- Task requirements: The lines below starting at the line containing "e43 v38 v2 LINE" and ending at the line containing "e52 v38 v19 LINE" are to be repeated exactly, with both ends kept and nothing else added.

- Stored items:
----

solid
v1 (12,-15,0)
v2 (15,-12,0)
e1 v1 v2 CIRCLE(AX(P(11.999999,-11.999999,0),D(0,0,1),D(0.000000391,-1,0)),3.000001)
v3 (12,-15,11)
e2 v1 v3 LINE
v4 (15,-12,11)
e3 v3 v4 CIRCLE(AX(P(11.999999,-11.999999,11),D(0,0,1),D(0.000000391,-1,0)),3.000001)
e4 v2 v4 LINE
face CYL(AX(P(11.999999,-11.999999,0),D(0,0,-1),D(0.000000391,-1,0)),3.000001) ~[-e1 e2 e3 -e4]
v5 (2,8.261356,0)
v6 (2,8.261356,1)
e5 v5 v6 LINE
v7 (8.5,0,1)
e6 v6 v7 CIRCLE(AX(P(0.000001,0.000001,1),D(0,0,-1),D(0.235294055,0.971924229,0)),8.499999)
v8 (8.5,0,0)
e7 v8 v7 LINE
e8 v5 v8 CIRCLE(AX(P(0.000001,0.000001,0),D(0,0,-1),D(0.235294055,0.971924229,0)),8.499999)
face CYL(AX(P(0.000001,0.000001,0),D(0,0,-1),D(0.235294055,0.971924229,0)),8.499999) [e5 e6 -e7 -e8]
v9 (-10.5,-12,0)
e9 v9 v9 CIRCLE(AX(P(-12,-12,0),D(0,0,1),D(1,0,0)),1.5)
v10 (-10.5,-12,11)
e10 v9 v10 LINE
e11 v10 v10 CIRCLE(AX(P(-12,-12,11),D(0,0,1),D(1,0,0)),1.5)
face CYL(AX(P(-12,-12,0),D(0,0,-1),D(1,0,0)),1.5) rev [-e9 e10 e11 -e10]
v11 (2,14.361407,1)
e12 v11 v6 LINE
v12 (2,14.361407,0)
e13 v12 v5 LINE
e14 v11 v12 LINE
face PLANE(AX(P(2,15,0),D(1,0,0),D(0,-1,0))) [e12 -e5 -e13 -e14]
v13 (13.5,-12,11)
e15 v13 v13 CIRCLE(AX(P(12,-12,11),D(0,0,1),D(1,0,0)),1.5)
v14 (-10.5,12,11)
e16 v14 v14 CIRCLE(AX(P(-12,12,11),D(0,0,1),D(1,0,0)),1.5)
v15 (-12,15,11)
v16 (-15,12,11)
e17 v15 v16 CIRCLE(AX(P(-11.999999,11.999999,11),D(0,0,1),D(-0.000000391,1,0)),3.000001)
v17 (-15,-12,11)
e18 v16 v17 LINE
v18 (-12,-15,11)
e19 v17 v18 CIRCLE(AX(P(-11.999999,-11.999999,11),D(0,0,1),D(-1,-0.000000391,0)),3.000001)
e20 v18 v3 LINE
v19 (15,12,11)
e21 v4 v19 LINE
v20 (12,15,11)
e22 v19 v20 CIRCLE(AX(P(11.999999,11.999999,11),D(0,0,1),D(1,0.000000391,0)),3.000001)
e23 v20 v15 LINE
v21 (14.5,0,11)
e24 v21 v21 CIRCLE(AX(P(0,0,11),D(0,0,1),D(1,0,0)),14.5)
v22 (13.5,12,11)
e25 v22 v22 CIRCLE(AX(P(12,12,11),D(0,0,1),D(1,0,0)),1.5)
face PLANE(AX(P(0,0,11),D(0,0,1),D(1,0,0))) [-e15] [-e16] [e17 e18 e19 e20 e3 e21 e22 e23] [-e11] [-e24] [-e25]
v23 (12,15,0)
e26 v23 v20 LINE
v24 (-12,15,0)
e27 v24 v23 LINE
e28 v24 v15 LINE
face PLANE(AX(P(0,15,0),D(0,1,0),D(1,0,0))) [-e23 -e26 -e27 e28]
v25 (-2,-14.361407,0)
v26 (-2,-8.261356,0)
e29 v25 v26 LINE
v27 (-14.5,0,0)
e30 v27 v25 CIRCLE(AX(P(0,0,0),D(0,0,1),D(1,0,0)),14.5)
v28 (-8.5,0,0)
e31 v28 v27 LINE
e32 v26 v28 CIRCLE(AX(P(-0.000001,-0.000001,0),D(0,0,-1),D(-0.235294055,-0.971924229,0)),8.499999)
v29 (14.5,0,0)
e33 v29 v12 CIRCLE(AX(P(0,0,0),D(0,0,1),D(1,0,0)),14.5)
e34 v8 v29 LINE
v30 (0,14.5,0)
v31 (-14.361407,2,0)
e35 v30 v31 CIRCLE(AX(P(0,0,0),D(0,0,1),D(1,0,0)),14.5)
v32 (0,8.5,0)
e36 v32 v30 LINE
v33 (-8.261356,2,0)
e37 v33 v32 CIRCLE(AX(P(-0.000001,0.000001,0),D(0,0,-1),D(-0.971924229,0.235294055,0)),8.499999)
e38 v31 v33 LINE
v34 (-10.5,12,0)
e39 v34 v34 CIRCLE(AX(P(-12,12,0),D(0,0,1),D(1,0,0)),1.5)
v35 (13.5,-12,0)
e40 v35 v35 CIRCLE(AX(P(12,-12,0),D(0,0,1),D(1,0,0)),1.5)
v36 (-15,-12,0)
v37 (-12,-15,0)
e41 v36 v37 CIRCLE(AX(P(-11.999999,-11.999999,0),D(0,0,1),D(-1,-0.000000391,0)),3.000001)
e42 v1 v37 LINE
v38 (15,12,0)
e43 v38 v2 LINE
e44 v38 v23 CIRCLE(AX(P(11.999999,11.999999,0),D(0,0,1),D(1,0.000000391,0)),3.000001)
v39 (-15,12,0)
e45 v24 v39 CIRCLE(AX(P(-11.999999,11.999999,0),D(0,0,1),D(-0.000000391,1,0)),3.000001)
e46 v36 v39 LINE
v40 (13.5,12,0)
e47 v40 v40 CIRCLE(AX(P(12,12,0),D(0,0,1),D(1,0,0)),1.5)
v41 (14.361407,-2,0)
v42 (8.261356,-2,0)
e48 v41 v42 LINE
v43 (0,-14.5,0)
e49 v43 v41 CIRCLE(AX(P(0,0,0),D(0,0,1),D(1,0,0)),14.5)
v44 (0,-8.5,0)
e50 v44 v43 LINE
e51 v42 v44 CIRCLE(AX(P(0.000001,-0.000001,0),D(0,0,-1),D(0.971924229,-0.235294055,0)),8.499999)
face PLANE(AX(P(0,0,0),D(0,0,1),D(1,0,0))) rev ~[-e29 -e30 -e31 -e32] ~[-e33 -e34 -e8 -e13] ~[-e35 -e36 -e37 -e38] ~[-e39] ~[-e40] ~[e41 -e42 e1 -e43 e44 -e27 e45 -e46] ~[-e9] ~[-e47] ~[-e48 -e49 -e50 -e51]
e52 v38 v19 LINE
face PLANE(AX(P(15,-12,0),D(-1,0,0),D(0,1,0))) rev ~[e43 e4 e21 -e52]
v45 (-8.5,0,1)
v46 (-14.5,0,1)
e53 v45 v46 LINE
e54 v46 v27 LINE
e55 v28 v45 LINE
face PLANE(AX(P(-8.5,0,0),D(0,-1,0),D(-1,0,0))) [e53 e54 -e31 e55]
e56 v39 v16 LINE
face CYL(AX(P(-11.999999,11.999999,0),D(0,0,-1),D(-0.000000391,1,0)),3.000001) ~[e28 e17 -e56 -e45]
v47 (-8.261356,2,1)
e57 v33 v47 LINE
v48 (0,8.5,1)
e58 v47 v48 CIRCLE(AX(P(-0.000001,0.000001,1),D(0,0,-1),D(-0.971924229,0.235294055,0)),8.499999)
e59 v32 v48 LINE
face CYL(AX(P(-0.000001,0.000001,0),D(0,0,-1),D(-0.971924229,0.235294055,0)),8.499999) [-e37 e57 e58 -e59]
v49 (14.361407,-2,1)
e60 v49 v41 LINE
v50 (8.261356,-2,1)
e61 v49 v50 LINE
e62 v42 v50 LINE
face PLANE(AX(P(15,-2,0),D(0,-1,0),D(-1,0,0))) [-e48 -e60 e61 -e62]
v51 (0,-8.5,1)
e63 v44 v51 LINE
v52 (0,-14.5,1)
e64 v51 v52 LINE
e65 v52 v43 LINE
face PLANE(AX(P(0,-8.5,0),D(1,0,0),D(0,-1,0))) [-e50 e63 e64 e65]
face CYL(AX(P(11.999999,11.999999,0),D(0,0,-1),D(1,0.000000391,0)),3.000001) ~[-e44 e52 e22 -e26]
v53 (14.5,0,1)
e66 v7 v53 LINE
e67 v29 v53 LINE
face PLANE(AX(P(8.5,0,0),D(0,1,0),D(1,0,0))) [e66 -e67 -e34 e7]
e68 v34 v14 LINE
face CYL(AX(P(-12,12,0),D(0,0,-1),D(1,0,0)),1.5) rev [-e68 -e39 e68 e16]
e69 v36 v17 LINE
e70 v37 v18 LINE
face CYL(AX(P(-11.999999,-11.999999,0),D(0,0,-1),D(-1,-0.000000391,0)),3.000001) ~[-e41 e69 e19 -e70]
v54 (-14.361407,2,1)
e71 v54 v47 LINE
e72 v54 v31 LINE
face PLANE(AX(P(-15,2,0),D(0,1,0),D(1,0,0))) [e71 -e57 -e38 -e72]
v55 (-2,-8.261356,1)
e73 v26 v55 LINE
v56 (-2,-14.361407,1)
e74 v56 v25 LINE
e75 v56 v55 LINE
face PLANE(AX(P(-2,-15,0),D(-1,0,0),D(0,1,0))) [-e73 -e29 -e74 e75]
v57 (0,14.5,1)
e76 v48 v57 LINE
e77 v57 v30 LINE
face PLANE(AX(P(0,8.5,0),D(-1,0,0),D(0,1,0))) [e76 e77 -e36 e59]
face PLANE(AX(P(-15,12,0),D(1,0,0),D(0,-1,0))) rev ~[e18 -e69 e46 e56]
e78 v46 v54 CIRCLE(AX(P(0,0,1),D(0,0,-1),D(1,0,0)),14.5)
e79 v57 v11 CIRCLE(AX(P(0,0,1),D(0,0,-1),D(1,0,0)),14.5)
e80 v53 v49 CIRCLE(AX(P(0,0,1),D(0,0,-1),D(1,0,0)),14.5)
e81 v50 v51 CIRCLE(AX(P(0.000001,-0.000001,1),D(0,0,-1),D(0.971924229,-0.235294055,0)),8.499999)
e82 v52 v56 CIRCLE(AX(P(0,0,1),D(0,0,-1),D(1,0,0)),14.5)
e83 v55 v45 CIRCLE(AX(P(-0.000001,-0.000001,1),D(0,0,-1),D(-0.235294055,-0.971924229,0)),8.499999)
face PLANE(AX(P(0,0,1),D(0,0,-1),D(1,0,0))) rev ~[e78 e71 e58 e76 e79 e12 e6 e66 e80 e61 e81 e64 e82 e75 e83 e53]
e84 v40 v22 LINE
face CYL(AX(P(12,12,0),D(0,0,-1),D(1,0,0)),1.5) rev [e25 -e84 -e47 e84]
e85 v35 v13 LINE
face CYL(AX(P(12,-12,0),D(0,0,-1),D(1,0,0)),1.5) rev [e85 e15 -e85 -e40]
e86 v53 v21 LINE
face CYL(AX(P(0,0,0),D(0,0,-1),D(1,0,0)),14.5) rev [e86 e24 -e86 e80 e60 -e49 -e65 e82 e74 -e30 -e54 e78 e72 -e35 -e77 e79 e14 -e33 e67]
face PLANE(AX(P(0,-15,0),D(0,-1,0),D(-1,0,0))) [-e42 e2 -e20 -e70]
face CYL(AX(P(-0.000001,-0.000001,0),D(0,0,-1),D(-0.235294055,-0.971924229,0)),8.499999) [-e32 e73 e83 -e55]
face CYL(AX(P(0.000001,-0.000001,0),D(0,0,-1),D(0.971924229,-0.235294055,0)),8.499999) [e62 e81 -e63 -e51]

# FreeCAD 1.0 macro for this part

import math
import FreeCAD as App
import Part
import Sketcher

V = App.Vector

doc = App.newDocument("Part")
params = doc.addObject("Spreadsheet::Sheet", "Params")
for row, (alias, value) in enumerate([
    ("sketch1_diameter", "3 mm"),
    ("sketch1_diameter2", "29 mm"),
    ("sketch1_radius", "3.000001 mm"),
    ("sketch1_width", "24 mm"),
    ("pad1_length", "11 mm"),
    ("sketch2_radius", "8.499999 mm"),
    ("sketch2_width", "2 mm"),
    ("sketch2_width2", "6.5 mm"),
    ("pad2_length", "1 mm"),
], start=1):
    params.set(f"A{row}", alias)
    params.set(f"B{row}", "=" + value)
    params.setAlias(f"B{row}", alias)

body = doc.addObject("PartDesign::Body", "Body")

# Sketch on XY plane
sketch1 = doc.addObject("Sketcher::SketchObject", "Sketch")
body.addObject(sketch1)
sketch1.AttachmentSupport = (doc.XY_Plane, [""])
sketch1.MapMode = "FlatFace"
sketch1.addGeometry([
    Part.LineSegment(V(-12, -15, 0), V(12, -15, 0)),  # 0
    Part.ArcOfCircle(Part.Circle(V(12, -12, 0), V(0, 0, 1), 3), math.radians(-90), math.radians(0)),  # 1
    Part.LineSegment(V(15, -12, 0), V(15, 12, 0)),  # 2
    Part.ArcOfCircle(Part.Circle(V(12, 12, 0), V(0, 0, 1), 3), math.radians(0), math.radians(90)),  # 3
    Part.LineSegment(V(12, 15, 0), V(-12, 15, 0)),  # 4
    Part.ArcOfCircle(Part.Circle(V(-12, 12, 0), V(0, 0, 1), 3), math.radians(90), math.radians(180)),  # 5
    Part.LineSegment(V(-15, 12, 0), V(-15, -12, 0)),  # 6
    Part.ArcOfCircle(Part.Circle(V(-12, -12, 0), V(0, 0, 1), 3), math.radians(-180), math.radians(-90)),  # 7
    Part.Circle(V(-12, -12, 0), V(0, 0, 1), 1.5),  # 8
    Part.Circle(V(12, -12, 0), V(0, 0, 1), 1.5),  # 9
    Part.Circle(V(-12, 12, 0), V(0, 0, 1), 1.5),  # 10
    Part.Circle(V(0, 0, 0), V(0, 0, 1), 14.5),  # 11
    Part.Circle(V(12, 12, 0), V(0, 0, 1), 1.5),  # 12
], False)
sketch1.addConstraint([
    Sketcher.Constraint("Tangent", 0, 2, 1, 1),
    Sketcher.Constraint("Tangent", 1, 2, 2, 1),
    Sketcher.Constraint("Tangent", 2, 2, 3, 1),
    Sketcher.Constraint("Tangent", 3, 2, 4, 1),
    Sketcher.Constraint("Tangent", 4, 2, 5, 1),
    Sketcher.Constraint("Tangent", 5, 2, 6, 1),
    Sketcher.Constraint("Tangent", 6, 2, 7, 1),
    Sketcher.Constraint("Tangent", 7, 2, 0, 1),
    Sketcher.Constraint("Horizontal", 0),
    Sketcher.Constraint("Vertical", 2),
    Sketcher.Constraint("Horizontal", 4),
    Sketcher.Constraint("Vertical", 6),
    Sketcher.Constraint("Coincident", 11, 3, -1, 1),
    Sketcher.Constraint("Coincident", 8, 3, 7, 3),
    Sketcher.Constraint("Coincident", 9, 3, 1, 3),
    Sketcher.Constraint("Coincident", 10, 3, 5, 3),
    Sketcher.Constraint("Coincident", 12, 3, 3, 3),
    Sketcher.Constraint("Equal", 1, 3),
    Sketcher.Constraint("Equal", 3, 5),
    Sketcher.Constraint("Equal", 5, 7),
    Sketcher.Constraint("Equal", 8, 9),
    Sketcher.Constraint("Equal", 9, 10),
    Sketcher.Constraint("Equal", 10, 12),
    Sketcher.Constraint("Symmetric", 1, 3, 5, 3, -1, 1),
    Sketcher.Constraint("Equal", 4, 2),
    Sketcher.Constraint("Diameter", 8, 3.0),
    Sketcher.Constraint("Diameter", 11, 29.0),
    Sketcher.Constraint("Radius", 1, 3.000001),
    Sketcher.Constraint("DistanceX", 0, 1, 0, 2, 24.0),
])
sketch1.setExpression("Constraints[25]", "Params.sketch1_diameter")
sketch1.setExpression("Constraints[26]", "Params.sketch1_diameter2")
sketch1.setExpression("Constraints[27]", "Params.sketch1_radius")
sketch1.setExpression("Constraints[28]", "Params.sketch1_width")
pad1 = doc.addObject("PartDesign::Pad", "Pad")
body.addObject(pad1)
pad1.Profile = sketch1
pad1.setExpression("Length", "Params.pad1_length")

----

- Result:
e43 v38 v2 LINE
e44 v38 v23 CIRCLE(AX(P(11.999999,11.999999,0),D(0,0,1),D(1,0.000000391,0)),3.000001)
v39 (-15,12,0)
e45 v24 v39 CIRCLE(AX(P(-11.999999,11.999999,0),D(0,0,1),D(-0.000000391,1,0)),3.000001)
e46 v36 v39 LINE
v40 (13.5,12,0)
e47 v40 v40 CIRCLE(AX(P(12,12,0),D(0,0,1),D(1,0,0)),1.5)
v41 (14.361407,-2,0)
v42 (8.261356,-2,0)
e48 v41 v42 LINE
v43 (0,-14.5,0)
e49 v43 v41 CIRCLE(AX(P(0,0,0),D(0,0,1),D(1,0,0)),14.5)
v44 (0,-8.5,0)
e50 v44 v43 LINE
e51 v42 v44 CIRCLE(AX(P(0.000001,-0.000001,0),D(0,0,-1),D(0.971924229,-0.235294055,0)),8.499999)
face PLANE(AX(P(0,0,0),D(0,0,1),D(1,0,0))) rev ~[-e29 -e30 -e31 -e32] ~[-e33 -e34 -e8 -e13] ~[-e35 -e36 -e37 -e38] ~[-e39] ~[-e40] ~[e41 -e42 e1 -e43 e44 -e27 e45 -e46] ~[-e9] ~[-e47] ~[-e48 -e49 -e50 -e51]
e52 v38 v19 LINE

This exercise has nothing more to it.